> **What is needed**:
Return the records exactly as they are.

> **Provided information**:
══════════
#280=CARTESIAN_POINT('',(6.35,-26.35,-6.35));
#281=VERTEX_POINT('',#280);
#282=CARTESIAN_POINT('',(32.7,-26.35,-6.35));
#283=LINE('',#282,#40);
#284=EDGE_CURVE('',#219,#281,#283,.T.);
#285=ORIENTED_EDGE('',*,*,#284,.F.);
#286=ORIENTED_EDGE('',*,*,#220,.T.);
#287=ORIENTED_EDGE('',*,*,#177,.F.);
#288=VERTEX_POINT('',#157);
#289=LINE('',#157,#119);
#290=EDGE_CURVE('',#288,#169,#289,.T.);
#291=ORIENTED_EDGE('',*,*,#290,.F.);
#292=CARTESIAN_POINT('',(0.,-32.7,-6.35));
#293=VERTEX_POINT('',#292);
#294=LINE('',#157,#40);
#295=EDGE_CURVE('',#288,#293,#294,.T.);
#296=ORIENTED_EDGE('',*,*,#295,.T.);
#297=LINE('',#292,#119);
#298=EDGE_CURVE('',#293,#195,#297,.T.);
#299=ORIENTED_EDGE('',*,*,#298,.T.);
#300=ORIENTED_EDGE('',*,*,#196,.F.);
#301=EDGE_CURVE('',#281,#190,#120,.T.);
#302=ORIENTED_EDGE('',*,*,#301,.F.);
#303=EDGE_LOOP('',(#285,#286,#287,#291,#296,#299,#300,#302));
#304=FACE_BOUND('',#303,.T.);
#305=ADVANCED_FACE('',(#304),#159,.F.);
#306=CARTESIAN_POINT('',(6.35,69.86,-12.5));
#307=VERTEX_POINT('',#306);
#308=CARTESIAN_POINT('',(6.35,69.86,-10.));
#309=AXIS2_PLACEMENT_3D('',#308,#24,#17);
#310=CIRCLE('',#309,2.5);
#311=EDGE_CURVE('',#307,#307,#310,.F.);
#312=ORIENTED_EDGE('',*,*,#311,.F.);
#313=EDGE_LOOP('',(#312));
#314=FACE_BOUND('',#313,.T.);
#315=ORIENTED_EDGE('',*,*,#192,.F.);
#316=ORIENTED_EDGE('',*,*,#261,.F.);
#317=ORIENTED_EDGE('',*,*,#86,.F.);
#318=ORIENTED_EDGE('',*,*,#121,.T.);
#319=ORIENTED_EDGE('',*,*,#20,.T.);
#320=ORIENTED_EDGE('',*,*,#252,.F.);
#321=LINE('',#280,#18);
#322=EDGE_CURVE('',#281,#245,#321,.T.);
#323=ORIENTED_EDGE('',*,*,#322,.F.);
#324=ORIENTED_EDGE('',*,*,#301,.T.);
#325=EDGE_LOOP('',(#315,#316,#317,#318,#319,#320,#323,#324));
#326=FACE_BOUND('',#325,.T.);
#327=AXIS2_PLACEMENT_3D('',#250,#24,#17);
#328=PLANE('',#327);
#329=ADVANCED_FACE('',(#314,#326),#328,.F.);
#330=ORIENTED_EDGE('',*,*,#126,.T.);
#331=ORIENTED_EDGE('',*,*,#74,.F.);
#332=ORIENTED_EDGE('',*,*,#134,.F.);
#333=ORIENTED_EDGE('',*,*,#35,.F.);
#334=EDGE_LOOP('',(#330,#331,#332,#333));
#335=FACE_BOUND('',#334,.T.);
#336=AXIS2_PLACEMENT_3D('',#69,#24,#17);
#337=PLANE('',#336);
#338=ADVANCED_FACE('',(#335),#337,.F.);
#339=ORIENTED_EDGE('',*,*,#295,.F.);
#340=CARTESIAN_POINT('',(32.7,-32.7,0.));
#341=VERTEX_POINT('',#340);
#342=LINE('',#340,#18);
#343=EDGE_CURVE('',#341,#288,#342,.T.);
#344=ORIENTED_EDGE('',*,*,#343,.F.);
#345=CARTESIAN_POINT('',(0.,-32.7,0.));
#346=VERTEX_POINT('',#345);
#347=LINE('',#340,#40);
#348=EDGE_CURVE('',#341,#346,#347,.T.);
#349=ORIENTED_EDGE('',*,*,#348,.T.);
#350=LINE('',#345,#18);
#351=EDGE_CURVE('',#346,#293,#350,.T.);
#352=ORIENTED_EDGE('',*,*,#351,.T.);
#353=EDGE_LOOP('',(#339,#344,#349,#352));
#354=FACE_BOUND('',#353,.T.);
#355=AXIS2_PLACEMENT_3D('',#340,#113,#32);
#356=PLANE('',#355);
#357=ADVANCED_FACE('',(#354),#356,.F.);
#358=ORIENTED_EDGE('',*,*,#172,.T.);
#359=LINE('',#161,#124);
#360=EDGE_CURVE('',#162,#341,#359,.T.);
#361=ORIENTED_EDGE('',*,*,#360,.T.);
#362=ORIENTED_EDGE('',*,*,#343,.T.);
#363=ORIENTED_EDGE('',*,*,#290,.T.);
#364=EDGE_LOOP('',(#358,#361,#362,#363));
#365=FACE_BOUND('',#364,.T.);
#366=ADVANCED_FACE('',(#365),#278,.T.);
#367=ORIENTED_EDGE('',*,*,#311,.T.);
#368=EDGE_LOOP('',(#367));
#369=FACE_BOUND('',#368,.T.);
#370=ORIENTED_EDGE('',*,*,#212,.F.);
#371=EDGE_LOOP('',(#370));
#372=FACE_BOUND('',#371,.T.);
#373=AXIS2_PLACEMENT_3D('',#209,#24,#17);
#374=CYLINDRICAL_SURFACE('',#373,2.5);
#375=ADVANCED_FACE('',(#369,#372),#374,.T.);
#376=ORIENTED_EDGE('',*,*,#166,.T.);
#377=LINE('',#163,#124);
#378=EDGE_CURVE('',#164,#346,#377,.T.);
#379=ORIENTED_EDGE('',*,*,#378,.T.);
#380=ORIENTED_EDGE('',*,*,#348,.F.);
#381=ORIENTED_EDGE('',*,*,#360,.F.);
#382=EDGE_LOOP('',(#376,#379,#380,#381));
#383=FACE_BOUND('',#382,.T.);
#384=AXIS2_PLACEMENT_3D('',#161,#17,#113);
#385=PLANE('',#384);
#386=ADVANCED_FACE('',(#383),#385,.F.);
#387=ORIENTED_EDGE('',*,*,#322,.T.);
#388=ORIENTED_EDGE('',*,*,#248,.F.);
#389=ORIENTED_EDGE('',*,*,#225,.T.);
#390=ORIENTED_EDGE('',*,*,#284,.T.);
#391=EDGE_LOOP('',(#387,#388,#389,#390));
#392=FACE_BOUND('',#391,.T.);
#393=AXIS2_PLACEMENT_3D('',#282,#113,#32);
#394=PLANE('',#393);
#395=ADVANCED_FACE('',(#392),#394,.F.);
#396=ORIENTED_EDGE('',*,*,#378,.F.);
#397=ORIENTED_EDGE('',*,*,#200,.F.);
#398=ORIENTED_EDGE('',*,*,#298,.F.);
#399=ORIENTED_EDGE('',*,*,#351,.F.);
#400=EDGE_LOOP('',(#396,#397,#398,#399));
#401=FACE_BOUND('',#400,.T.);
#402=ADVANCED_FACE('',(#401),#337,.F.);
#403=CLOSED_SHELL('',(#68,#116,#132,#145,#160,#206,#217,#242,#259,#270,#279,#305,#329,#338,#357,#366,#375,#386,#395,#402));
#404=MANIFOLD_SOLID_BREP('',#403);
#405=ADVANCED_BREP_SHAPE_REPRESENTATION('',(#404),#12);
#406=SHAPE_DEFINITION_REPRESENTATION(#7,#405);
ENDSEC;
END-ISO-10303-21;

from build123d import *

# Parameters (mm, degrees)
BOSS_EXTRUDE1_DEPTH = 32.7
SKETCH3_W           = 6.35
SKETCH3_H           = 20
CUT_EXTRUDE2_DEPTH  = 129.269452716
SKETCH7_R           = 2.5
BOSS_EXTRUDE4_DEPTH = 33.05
══════════
> **Completed exercise**:
#280=CARTESIAN_POINT('',(6.35,-26.35,-6.35));
#281=VERTEX_POINT('',#280);
#282=CARTESIAN_POINT('',(32.7,-26.35,-6.35));
#283=LINE('',#282,#40);
#284=EDGE_CURVE('',#219,#281,#283,.T.);
#285=ORIENTED_EDGE('',*,*,#284,.F.);
#286=ORIENTED_EDGE('',*,*,#220,.T.);
#287=ORIENTED_EDGE('',*,*,#177,.F.);
#288=VERTEX_POINT('',#157);
#289=LINE('',#157,#119);
#290=EDGE_CURVE('',#288,#169,#289,.T.);
#291=ORIENTED_EDGE('',*,*,#290,.F.);
#292=CARTESIAN_POINT('',(0.,-32.7,-6.35));
#293=VERTEX_POINT('',#292);
#294=LINE('',#157,#40);
#295=EDGE_CURVE('',#288,#293,#294,.T.);
#296=ORIENTED_EDGE('',*,*,#295,.T.);
#297=LINE('',#292,#119);
#298=EDGE_CURVE('',#293,#195,#297,.T.);
#299=ORIENTED_EDGE('',*,*,#298,.T.);
#300=ORIENTED_EDGE('',*,*,#196,.F.);
#301=EDGE_CURVE('',#281,#190,#120,.T.);
#302=ORIENTED_EDGE('',*,*,#301,.F.);
#303=EDGE_LOOP('',(#285,#286,#287,#291,#296,#299,#300,#302));
#304=FACE_BOUND('',#303,.T.);
#305=ADVANCED_FACE('',(#304),#159,.F.);
#306=CARTESIAN_POINT('',(6.35,69.86,-12.5));
#307=VERTEX_POINT('',#306);
#308=CARTESIAN_POINT('',(6.35,69.86,-10.));
#309=AXIS2_PLACEMENT_3D('',#308,#24,#17);
#310=CIRCLE('',#309,2.5);
#311=EDGE_CURVE('',#307,#307,#310,.F.);
#312=ORIENTED_EDGE('',*,*,#311,.F.);
#313=EDGE_LOOP('',(#312));
#314=FACE_BOUND('',#313,.T.);
#315=ORIENTED_EDGE('',*,*,#192,.F.);
#316=ORIENTED_EDGE('',*,*,#261,.F.);
#317=ORIENTED_EDGE('',*,*,#86,.F.);
#318=ORIENTED_EDGE('',*,*,#121,.T.);
#319=ORIENTED_EDGE('',*,*,#20,.T.);
#320=ORIENTED_EDGE('',*,*,#252,.F.);
#321=LINE('',#280,#18);
#322=EDGE_CURVE('',#281,#245,#321,.T.);
#323=ORIENTED_EDGE('',*,*,#322,.F.);
#324=ORIENTED_EDGE('',*,*,#301,.T.);
#325=EDGE_LOOP('',(#315,#316,#317,#318,#319,#320,#323,#324));
#326=FACE_BOUND('',#325,.T.);
#327=AXIS2_PLACEMENT_3D('',#250,#24,#17);
#328=PLANE('',#327);
#329=ADVANCED_FACE('',(#314,#326),#328,.F.);
#330=ORIENTED_EDGE('',*,*,#126,.T.);
#331=ORIENTED_EDGE('',*,*,#74,.F.);
#332=ORIENTED_EDGE('',*,*,#134,.F.);
#333=ORIENTED_EDGE('',*,*,#35,.F.);
#334=EDGE_LOOP('',(#330,#331,#332,#333));
#335=FACE_BOUND('',#334,.T.);
#336=AXIS2_PLACEMENT_3D('',#69,#24,#17);
#337=PLANE('',#336);
#338=ADVANCED_FACE('',(#335),#337,.F.);
#339=ORIENTED_EDGE('',*,*,#295,.F.);
#340=CARTESIAN_POINT('',(32.7,-32.7,0.));
#341=VERTEX_POINT('',#340);
#342=LINE('',#340,#18);
#343=EDGE_CURVE('',#341,#288,#342,.T.);
#344=ORIENTED_EDGE('',*,*,#343,.F.);
#345=CARTESIAN_POINT('',(0.,-32.7,0.));
#346=VERTEX_POINT('',#345);
#347=LINE('',#340,#40);
#348=EDGE_CURVE('',#341,#346,#347,.T.);
#349=ORIENTED_EDGE('',*,*,#348,.T.);
#350=LINE('',#345,#18);
#351=EDGE_CURVE('',#346,#293,#350,.T.);
#352=ORIENTED_EDGE('',*,*,#351,.T.);
#353=EDGE_LOOP('',(#339,#344,#349,#352));
#354=FACE_BOUND('',#353,.T.);
#355=AXIS2_PLACEMENT_3D('',#340,#113,#32);
#356=PLANE('',#355);
#357=ADVANCED_FACE('',(#354),#356,.F.);
#358=ORIENTED_EDGE('',*,*,#172,.T.);
#359=LINE('',#161,#124);
#360=EDGE_CURVE('',#162,#341,#359,.T.);
#361=ORIENTED_EDGE('',*,*,#360,.T.);
#362=ORIENTED_EDGE('',*,*,#343,.T.);
#363=ORIENTED_EDGE('',*,*,#290,.T.);
#364=EDGE_LOOP('',(#358,#361,#362,#363));
#365=FACE_BOUND('',#364,.T.);
#366=ADVANCED_FACE('',(#365),#278,.T.);
#367=ORIENTED_EDGE('',*,*,#311,.T.);
#368=EDGE_LOOP('',(#367));
#369=FACE_BOUND('',#368,.T.);
#370=ORIENTED_EDGE('',*,*,#212,.F.);
#371=EDGE_LOOP('',(#370));
#372=FACE_BOUND('',#371,.T.);
#373=AXIS2_PLACEMENT_3D('',#209,#24,#17);
#374=CYLINDRICAL_SURFACE('',#373,2.5);
#375=ADVANCED_FACE('',(#369,#372),#374,.T.);
#376=ORIENTED_EDGE('',*,*,#166,.T.);
#377=LINE('',#163,#124);
#378=EDGE_CURVE('',#164,#346,#377,.T.);
#379=ORIENTED_EDGE('',*,*,#378,.T.);
#380=ORIENTED_EDGE('',*,*,#348,.F.);
#381=ORIENTED_EDGE('',*,*,#360,.F.);
#382=EDGE_LOOP('',(#376,#379,#380,#381));
#383=FACE_BOUND('',#382,.T.);
#384=AXIS2_PLACEMENT_3D('',#161,#17,#113);
#385=PLANE('',#384);
#386=ADVANCED_FACE('',(#383),#385,.F.);
#387=ORIENTED_EDGE('',*,*,#322,.T.);
#388=ORIENTED_EDGE('',*,*,#248,.F.);
#389=ORIENTED_EDGE('',*,*,#225,.T.);
#390=ORIENTED_EDGE('',*,*,#284,.T.);
#391=EDGE_LOOP('',(#387,#388,#389,#390));
#392=FACE_BOUND('',#391,.T.);
#393=AXIS2_PLACEMENT_3D('',#282,#113,#32);
#394=PLANE('',#393);
#395=ADVANCED_FACE('',(#392),#394,.F.);
#396=ORIENTED_EDGE('',*,*,#378,.F.);
#397=ORIENTED_EDGE('',*,*,#200,.F.);
#398=ORIENTED_EDGE('',*,*,#298,.F.);
#399=ORIENTED_EDGE('',*,*,#351,.F.);
#400=EDGE_LOOP('',(#396,#397,#398,#399));
#401=FACE_BOUND('',#400,.T.);
#402=ADVANCED_FACE('',(#401),#337,.F.);
#403=CLOSED_SHELL('',(#68,#116,#132,#145,#160,#206,#217,#242,#259,#270,#279,#305,#329,#338,#357,#366,#375,#386,#395,#402));
#404=MANIFOLD_SOLID_BREP('',#403);
#405=ADVANCED_BREP_SHAPE_REPRESENTATION('',(#404),#12);
#406=SHAPE_DEFINITION_REPRESENTATION(#7,#405);
ENDSEC;
END-ISO-10303-21;

from build123d import *

# Parameters (mm, degrees)
BOSS_EXTRUDE1_DEPTH = 32.7
SKETCH3_W           = 6.35
SKETCH3_H           = 20
CUT_EXTRUDE2_DEPTH  = 129.269452716
SKETCH7_R           = 2.5
BOSS_EXTRUDE4_DEPTH = 33.05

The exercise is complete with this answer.